Class proceeded as usual.

Between classes, however, rumors started accumulating. The secretaries were not at the office window because they were glued to an ancient radio in the office – presumably something kept in the back of the filing cabinet for emergencies. They were somber, but not officially supposed to talk. Still, if you were friendly with them (I was not) you heard some rumors.

And the rumors were weird.

We said another perek of Tehillim before the next class, and together at lunchtime. It was never completely clear what we were saying Tehillim for, though. The crash was obviously bigger than initially described, and someone said Hatzolah was on the scene so we were saying Tehillim for them, although it was unclear why they would need it, or maybe it was all the Jews who worked downtown who might be in the Empire State Building (or the Twin Towers. It might actually be the Twin Towers. Or both. Or something.)

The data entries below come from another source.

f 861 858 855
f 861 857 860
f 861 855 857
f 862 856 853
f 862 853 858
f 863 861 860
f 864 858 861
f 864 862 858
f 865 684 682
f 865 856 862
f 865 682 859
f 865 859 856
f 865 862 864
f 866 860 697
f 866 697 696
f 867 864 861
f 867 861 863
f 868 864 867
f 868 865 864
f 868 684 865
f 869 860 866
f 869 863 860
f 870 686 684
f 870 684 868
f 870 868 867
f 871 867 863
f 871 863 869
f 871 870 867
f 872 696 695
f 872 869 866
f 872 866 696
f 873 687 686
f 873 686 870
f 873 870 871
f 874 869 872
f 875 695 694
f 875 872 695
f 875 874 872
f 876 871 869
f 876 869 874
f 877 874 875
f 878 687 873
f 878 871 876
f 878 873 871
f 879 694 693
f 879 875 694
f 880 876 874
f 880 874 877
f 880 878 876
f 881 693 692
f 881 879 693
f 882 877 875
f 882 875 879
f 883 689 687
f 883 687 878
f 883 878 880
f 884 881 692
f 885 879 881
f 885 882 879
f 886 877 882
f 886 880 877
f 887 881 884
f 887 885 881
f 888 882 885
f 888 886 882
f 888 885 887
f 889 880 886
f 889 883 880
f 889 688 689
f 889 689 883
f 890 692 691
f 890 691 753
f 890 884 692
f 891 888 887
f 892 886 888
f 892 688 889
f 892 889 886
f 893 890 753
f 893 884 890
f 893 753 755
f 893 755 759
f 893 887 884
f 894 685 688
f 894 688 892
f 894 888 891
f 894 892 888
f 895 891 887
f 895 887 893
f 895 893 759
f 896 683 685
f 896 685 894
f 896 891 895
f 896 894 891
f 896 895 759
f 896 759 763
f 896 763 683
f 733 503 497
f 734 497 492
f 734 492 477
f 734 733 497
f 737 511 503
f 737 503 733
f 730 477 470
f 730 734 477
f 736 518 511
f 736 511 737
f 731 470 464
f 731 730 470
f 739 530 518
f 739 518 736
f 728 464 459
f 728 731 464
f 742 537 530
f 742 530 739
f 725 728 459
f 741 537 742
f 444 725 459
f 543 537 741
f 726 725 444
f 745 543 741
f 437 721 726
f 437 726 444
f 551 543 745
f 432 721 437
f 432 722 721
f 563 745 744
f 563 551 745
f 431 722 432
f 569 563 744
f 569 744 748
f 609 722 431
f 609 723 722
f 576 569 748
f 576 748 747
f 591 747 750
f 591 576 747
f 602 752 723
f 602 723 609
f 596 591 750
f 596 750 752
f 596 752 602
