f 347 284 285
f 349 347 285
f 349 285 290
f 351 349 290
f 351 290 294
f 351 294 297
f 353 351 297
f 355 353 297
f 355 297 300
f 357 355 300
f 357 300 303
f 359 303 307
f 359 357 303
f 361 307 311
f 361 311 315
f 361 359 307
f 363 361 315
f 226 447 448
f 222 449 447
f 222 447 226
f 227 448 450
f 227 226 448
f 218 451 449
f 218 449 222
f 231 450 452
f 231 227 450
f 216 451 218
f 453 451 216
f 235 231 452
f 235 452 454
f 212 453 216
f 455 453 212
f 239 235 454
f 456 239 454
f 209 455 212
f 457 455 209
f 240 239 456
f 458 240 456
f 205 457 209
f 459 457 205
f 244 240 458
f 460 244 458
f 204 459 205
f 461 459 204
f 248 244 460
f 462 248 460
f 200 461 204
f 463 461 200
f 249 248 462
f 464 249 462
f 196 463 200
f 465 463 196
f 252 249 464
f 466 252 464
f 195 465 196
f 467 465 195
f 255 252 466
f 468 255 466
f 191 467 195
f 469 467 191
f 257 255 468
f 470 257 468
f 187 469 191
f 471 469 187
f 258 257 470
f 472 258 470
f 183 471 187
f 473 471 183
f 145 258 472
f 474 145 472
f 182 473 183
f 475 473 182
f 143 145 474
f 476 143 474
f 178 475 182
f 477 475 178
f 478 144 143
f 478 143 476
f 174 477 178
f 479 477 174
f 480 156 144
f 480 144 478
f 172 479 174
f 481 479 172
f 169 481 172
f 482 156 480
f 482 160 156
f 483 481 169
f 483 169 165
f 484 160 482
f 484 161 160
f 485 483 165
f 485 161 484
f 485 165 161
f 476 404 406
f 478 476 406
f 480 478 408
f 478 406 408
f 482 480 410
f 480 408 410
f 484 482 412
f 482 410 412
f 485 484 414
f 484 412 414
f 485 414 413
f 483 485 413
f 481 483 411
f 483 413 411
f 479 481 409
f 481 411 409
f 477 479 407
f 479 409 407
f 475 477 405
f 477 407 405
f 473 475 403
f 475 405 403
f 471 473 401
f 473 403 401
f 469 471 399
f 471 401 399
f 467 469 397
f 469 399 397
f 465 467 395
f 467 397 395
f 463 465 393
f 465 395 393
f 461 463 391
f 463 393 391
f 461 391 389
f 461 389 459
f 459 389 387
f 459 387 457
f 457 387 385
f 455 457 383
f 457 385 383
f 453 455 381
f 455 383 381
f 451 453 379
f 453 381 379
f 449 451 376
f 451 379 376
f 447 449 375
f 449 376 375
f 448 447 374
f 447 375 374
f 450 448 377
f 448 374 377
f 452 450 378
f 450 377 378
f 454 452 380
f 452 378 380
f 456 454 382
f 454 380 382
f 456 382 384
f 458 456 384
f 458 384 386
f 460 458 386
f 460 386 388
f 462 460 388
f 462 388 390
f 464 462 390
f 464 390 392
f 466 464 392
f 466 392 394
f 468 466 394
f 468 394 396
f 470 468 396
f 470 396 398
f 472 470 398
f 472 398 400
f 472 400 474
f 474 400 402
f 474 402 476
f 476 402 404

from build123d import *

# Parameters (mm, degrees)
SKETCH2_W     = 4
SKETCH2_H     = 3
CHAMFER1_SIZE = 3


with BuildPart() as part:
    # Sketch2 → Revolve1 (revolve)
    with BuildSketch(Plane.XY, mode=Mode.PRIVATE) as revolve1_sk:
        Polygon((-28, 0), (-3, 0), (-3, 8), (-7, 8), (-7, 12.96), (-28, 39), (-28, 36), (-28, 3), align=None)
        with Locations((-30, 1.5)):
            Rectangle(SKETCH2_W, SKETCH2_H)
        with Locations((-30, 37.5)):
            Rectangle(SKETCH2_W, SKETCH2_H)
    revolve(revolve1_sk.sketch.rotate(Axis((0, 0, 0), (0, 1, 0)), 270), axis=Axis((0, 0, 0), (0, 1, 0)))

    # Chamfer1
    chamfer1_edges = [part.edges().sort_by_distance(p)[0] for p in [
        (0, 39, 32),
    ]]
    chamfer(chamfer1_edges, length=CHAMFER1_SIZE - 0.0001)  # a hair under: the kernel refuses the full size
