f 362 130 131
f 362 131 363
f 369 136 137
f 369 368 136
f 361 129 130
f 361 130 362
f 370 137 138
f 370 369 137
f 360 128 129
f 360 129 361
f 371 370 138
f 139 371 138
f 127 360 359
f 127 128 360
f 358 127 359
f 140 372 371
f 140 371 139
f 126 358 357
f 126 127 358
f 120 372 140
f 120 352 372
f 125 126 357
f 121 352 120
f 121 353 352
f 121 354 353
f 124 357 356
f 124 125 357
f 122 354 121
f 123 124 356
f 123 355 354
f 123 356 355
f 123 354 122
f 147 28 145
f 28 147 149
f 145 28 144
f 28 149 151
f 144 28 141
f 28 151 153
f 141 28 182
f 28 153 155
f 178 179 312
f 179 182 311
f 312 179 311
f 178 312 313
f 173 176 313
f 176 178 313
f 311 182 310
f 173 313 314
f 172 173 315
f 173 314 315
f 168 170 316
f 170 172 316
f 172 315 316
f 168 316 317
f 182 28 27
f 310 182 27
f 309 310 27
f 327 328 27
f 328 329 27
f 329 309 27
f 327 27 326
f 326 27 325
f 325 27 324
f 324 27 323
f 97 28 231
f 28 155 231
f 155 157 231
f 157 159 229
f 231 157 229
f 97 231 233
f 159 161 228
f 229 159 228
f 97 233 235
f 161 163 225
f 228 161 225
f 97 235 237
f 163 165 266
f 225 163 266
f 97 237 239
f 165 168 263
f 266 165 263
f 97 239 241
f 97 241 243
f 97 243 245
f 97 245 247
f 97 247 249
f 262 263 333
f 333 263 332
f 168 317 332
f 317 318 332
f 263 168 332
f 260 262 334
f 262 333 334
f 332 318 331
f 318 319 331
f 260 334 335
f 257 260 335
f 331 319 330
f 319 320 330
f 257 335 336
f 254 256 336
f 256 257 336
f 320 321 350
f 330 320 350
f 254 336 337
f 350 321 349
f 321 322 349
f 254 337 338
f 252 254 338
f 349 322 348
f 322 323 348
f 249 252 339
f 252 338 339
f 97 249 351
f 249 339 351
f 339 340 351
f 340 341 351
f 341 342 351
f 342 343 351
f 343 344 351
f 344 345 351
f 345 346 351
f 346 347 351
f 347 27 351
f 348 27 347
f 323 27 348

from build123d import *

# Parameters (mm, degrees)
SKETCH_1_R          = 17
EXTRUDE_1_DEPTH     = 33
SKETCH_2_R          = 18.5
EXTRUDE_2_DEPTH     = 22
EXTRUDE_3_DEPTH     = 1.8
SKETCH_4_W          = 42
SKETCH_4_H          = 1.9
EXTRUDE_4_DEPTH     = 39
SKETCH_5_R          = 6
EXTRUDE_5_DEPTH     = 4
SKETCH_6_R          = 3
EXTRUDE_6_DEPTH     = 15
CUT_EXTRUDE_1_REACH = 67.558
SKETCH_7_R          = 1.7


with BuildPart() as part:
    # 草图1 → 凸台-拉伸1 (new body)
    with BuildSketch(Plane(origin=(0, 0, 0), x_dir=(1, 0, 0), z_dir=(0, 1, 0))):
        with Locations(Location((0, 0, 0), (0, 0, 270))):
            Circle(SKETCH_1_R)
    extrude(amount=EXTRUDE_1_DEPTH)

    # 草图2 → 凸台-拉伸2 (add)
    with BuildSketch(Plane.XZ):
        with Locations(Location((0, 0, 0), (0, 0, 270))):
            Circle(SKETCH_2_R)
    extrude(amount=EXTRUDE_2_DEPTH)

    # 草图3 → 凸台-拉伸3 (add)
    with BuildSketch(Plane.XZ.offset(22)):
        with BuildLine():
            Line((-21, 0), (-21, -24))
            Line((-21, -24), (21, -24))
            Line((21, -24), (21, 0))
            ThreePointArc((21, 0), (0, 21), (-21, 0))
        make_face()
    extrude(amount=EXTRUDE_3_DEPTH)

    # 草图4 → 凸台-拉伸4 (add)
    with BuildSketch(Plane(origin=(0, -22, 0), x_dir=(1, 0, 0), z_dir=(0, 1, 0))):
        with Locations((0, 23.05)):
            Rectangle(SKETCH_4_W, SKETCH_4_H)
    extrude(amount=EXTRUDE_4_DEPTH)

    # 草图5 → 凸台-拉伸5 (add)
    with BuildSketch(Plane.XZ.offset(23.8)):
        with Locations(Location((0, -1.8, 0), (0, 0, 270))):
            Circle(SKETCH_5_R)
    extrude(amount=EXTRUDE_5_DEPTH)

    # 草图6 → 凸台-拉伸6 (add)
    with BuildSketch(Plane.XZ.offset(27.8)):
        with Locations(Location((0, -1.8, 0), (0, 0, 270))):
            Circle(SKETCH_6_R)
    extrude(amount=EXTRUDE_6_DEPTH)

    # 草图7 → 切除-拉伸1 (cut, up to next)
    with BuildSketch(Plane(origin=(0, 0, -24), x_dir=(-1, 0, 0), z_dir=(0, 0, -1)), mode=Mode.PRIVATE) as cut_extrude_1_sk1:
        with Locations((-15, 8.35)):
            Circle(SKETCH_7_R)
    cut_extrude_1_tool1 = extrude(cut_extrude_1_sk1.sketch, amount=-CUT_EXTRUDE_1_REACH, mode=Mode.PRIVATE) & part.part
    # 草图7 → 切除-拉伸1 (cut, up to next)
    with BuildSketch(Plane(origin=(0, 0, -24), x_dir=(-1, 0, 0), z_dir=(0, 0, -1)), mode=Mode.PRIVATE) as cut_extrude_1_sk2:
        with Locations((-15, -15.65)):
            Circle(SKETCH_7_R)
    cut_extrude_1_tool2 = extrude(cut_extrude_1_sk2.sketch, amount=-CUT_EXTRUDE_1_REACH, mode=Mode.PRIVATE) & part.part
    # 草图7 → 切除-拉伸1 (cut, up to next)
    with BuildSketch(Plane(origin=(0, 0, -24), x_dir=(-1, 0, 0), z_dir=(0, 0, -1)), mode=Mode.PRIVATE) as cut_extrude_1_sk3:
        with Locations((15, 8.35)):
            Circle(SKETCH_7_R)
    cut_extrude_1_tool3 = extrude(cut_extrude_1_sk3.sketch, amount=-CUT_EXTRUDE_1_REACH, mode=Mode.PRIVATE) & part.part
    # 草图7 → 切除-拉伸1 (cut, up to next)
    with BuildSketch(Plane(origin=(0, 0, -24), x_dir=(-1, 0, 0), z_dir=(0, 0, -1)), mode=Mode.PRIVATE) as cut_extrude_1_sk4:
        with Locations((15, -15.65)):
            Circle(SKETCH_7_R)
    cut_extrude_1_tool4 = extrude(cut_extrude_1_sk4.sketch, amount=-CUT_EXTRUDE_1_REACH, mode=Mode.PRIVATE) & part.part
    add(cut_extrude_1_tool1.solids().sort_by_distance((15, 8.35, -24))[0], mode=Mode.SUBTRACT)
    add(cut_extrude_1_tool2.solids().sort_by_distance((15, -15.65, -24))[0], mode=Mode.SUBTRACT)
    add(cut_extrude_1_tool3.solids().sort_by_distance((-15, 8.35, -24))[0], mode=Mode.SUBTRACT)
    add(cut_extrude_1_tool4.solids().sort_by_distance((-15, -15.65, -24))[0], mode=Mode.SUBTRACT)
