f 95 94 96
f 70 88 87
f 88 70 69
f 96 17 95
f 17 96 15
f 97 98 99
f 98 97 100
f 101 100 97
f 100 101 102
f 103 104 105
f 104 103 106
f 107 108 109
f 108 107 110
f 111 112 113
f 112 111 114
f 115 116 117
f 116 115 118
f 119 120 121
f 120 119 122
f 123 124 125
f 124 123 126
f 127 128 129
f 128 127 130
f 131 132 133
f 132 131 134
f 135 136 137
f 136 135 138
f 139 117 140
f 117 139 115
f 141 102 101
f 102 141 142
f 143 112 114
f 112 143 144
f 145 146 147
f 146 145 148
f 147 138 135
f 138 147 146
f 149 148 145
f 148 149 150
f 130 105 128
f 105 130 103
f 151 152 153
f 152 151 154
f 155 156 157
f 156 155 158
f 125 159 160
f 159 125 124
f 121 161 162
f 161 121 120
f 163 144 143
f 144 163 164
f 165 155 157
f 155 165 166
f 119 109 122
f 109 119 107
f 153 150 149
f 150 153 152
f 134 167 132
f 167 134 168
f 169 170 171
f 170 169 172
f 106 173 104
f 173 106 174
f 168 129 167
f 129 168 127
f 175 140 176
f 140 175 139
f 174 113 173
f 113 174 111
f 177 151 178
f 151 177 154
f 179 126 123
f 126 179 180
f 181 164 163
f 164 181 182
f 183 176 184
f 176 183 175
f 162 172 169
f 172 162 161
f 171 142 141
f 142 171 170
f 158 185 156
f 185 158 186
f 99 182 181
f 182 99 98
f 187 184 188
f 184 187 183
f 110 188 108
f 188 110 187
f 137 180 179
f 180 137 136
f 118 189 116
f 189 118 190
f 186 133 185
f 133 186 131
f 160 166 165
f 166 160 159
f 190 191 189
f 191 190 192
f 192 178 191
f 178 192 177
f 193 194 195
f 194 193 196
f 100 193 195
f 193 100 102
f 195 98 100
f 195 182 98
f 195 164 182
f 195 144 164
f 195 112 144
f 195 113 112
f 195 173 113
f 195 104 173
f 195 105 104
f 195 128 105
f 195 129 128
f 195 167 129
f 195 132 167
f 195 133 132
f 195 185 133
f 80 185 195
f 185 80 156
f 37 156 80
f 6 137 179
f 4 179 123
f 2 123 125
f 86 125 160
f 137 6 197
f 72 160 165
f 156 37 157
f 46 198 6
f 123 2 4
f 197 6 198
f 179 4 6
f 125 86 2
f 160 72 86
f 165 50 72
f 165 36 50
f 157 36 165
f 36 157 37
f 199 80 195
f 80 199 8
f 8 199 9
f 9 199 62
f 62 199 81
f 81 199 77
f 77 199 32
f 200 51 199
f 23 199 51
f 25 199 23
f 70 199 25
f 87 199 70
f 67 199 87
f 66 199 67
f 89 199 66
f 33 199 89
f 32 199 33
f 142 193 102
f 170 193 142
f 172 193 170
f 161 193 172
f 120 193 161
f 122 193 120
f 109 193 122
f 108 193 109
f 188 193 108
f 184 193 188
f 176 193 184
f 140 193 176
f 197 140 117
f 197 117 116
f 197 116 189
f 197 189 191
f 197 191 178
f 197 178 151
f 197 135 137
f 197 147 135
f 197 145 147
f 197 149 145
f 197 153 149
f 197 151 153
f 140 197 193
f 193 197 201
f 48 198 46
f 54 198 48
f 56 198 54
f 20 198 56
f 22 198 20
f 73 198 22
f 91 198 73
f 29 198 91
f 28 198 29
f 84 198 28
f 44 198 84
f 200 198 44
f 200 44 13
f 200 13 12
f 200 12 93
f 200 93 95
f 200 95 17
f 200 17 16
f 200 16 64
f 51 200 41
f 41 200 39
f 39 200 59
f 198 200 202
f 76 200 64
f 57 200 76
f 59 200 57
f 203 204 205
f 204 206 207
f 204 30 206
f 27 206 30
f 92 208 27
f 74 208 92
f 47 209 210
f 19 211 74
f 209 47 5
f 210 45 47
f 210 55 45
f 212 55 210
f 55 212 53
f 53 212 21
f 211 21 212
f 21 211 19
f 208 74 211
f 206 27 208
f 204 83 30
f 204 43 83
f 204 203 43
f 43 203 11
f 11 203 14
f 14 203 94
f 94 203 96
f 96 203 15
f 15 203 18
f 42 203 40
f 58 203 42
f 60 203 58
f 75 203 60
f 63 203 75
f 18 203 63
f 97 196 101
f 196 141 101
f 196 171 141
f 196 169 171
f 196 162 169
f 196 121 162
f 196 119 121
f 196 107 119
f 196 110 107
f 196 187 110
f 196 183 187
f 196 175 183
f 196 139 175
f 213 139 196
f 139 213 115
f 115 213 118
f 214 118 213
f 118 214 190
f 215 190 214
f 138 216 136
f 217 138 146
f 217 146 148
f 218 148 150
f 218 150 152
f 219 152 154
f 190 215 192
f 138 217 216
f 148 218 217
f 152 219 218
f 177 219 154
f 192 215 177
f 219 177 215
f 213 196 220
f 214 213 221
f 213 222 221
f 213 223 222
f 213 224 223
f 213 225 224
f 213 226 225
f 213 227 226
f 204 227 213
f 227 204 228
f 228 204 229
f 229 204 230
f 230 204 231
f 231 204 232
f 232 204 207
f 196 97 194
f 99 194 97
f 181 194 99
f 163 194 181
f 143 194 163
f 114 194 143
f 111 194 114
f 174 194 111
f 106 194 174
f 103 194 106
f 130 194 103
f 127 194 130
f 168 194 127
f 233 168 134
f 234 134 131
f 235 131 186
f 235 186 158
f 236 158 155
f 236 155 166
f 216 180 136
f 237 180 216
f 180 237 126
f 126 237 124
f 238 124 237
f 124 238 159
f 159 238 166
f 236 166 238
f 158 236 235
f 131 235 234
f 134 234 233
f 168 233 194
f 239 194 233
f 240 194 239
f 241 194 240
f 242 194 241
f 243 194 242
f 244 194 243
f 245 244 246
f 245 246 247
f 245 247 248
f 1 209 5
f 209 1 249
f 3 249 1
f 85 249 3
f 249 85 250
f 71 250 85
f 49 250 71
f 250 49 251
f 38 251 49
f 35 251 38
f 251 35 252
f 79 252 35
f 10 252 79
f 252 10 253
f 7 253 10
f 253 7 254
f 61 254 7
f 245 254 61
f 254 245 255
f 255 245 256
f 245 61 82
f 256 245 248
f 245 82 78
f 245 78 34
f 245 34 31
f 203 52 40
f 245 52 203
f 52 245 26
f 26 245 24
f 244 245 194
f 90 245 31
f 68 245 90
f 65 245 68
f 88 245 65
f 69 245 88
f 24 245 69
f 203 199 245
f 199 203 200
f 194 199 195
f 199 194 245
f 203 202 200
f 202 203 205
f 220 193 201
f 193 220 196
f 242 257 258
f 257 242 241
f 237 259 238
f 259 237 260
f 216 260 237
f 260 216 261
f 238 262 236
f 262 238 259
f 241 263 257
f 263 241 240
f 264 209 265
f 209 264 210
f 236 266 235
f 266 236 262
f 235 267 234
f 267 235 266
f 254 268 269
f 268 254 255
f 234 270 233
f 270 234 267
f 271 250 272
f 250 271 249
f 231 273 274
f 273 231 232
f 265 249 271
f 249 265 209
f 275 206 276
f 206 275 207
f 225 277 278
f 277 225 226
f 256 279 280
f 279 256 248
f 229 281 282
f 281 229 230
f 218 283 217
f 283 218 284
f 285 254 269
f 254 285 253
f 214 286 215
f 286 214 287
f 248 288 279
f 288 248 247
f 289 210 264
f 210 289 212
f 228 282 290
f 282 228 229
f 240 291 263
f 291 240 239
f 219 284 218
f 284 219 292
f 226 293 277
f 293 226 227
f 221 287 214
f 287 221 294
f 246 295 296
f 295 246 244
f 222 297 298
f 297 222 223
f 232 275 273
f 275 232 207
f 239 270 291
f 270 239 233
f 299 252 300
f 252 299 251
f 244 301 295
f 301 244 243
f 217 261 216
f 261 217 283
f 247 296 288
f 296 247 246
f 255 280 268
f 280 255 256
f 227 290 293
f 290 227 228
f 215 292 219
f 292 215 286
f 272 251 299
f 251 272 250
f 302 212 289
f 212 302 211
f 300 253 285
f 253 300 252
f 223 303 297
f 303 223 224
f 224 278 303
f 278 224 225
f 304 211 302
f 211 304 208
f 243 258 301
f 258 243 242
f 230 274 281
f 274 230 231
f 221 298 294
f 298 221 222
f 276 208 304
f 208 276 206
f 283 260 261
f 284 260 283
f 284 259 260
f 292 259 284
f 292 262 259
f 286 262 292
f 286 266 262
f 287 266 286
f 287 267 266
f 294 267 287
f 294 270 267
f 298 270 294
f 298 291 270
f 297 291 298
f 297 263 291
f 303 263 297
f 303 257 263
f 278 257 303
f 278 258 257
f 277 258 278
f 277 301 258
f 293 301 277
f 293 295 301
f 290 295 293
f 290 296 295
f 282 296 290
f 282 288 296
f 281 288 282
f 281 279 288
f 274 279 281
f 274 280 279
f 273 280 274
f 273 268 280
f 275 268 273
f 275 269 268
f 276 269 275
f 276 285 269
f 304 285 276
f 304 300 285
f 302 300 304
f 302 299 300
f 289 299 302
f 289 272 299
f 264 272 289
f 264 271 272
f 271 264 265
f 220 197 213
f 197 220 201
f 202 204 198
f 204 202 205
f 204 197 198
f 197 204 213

The most prolific information came from the students with illicit cell phones, or who called their parents on the payphone at lunch or during gym class. The Twin Towers had been hit by a plane, the White House had been hit by a plane, the Empire State Building had been hit (by a plane not a helicopter) – it was utterly ludicrous, so of course I didn’t believe it. “And Manhattan Island is sinking,” I joked. We played machanayim in gym and then went back to the classroom for Global History, where we learned about the French Revolution.

I walked home after school and burst through the door with my usual, “Hi Ma! What’s for supper?!”

“Lasagna is in the oven,” my mother said, looking at me strangely. “How was school?”

“Boring. When will it be ready?”

“Did you hear what happened today?”

“Oh I heard a lot of things, most of it crazy.”

And that was when I found out that, actually, three jets had been flown into three American landmarks, and another had crashed into a field in Pennsylvania, there were an estimated 10,000 dead, and it was thought to be terrorism.

Most people think this is completely nuts. My friends who were in school in the Midwest were sent home early. It was a day to huddle with your family in front of the TV wondering if the world was going to end. And we, across the bridge in Brooklyn, were learning Navi as usual? Nobody from the school had made an official announcement? How is that not crazy?

To be fair, I understand my principal’s thought process completely. If the world was going to end, where was a better place to be: at home watching TV or getting in some last zechusim learning Torah?

And if you were going to be learning Torah, why be distracted by distressing rumors of current events? We would learn much better without this information. Besides, everything was unconfirmed and speculative. We were better off shielded from such things.

And honestly, I kind of agree. Although it would have been nice to get a proper, official, news update at some point, so we weren’t actually the last people in the entire world to find out what happened.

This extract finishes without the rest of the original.